**PROBLEM**
Which lines of the data contain the string "projected"? Copy every one.
◆ ◆ ◆ ◆ ◆
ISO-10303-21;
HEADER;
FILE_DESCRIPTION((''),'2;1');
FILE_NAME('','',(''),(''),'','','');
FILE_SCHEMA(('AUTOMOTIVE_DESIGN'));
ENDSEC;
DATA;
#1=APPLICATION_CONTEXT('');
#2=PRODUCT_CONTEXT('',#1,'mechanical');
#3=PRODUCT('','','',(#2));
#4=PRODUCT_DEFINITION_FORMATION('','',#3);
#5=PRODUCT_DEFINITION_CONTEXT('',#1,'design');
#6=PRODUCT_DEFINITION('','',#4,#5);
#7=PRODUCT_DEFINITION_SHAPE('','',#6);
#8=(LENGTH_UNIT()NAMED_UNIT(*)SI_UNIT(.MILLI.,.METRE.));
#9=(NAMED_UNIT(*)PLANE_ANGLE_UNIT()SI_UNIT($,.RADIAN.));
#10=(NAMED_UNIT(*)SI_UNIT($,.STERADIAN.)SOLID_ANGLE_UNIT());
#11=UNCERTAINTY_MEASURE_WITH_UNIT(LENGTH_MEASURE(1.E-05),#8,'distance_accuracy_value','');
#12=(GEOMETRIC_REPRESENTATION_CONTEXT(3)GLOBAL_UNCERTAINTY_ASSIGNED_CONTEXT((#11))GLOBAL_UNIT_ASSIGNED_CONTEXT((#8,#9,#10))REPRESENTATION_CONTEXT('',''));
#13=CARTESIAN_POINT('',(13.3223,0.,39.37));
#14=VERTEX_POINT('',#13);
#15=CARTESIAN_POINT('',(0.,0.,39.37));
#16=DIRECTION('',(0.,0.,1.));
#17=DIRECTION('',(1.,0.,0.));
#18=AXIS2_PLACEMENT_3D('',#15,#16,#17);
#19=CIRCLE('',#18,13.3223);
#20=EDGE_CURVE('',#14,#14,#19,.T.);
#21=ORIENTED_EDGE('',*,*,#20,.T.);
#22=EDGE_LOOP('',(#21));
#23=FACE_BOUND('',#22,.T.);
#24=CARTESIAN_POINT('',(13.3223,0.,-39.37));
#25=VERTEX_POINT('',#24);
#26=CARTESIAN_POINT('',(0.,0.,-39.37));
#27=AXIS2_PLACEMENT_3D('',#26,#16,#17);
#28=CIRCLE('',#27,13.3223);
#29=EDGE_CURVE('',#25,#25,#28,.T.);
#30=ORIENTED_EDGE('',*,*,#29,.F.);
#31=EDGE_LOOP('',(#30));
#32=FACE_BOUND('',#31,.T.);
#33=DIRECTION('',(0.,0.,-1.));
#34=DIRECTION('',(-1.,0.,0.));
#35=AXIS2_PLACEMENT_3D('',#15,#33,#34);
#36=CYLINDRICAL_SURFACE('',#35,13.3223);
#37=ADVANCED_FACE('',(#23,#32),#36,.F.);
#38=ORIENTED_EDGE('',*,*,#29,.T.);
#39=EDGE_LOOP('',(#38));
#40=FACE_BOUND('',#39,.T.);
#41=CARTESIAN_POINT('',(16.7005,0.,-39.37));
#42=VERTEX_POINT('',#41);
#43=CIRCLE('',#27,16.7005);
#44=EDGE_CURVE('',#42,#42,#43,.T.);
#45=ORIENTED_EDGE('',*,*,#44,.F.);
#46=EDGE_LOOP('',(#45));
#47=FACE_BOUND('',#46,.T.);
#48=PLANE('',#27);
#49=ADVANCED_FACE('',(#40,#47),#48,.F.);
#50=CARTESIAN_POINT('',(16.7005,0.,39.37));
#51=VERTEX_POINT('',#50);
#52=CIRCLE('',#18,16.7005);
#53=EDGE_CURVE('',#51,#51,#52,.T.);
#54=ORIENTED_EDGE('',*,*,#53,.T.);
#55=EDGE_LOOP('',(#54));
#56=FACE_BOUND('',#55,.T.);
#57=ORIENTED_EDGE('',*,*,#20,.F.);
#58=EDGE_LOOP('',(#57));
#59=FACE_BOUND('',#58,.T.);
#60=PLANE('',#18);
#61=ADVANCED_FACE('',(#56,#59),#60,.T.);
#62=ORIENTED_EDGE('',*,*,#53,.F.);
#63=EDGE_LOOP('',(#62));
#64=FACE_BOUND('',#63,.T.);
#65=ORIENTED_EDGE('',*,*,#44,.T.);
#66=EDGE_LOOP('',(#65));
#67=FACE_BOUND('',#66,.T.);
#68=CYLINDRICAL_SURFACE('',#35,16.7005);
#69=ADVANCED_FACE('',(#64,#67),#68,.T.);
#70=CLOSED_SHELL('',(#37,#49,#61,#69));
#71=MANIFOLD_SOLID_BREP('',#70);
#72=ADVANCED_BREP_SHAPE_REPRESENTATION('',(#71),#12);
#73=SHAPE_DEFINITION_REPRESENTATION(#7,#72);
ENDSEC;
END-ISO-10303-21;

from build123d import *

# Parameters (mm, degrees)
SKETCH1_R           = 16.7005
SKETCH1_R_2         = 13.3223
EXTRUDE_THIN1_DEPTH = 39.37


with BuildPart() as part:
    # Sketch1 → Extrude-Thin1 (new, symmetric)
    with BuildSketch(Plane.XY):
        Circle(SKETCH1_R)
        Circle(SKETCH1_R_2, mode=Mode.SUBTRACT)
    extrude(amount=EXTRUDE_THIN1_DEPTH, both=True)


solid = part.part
◆ ◆ ◆ ◆ ◆
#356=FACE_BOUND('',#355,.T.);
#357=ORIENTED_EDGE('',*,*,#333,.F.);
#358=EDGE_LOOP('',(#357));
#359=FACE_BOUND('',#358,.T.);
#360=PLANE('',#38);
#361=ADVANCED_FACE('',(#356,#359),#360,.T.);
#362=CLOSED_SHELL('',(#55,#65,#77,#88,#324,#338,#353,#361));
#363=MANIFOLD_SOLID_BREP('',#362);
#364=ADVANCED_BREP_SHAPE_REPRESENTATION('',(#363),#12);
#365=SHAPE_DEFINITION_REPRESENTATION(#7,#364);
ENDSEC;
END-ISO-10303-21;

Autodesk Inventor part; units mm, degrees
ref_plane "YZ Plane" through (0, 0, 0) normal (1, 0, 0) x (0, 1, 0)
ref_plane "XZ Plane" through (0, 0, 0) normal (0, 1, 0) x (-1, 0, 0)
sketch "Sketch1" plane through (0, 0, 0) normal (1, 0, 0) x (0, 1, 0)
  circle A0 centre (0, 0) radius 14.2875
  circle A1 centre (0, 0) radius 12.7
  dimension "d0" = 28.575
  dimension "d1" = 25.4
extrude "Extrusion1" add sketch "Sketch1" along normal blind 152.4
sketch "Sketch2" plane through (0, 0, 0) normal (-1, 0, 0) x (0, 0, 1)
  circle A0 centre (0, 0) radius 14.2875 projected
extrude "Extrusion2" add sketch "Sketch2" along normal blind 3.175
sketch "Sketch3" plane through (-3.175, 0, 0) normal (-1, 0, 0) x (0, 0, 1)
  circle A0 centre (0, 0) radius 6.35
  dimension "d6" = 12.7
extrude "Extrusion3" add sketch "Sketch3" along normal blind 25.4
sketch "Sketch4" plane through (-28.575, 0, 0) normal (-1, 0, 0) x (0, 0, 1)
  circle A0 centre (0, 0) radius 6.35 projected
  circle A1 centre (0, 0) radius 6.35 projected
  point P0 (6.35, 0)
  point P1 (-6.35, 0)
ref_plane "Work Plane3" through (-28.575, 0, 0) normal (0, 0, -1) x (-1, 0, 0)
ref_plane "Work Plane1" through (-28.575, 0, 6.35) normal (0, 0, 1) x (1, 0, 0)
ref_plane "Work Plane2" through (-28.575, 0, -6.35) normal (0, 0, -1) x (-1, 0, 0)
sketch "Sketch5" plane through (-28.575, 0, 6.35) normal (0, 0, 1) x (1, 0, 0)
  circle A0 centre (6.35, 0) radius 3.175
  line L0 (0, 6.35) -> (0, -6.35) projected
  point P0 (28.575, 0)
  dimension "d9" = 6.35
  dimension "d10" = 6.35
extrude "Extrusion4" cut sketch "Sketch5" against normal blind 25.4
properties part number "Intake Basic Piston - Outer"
◆ ◆ ◆ ◆ ◆
**RESPONSE AREA**
  circle A0 centre (0, 0) radius 14.2875 projected
  circle A0 centre (0, 0) radius 6.35 projected
  circle A1 centre (0, 0) radius 6.35 projected
  line L0 (0, 6.35) -> (0, -6.35) projected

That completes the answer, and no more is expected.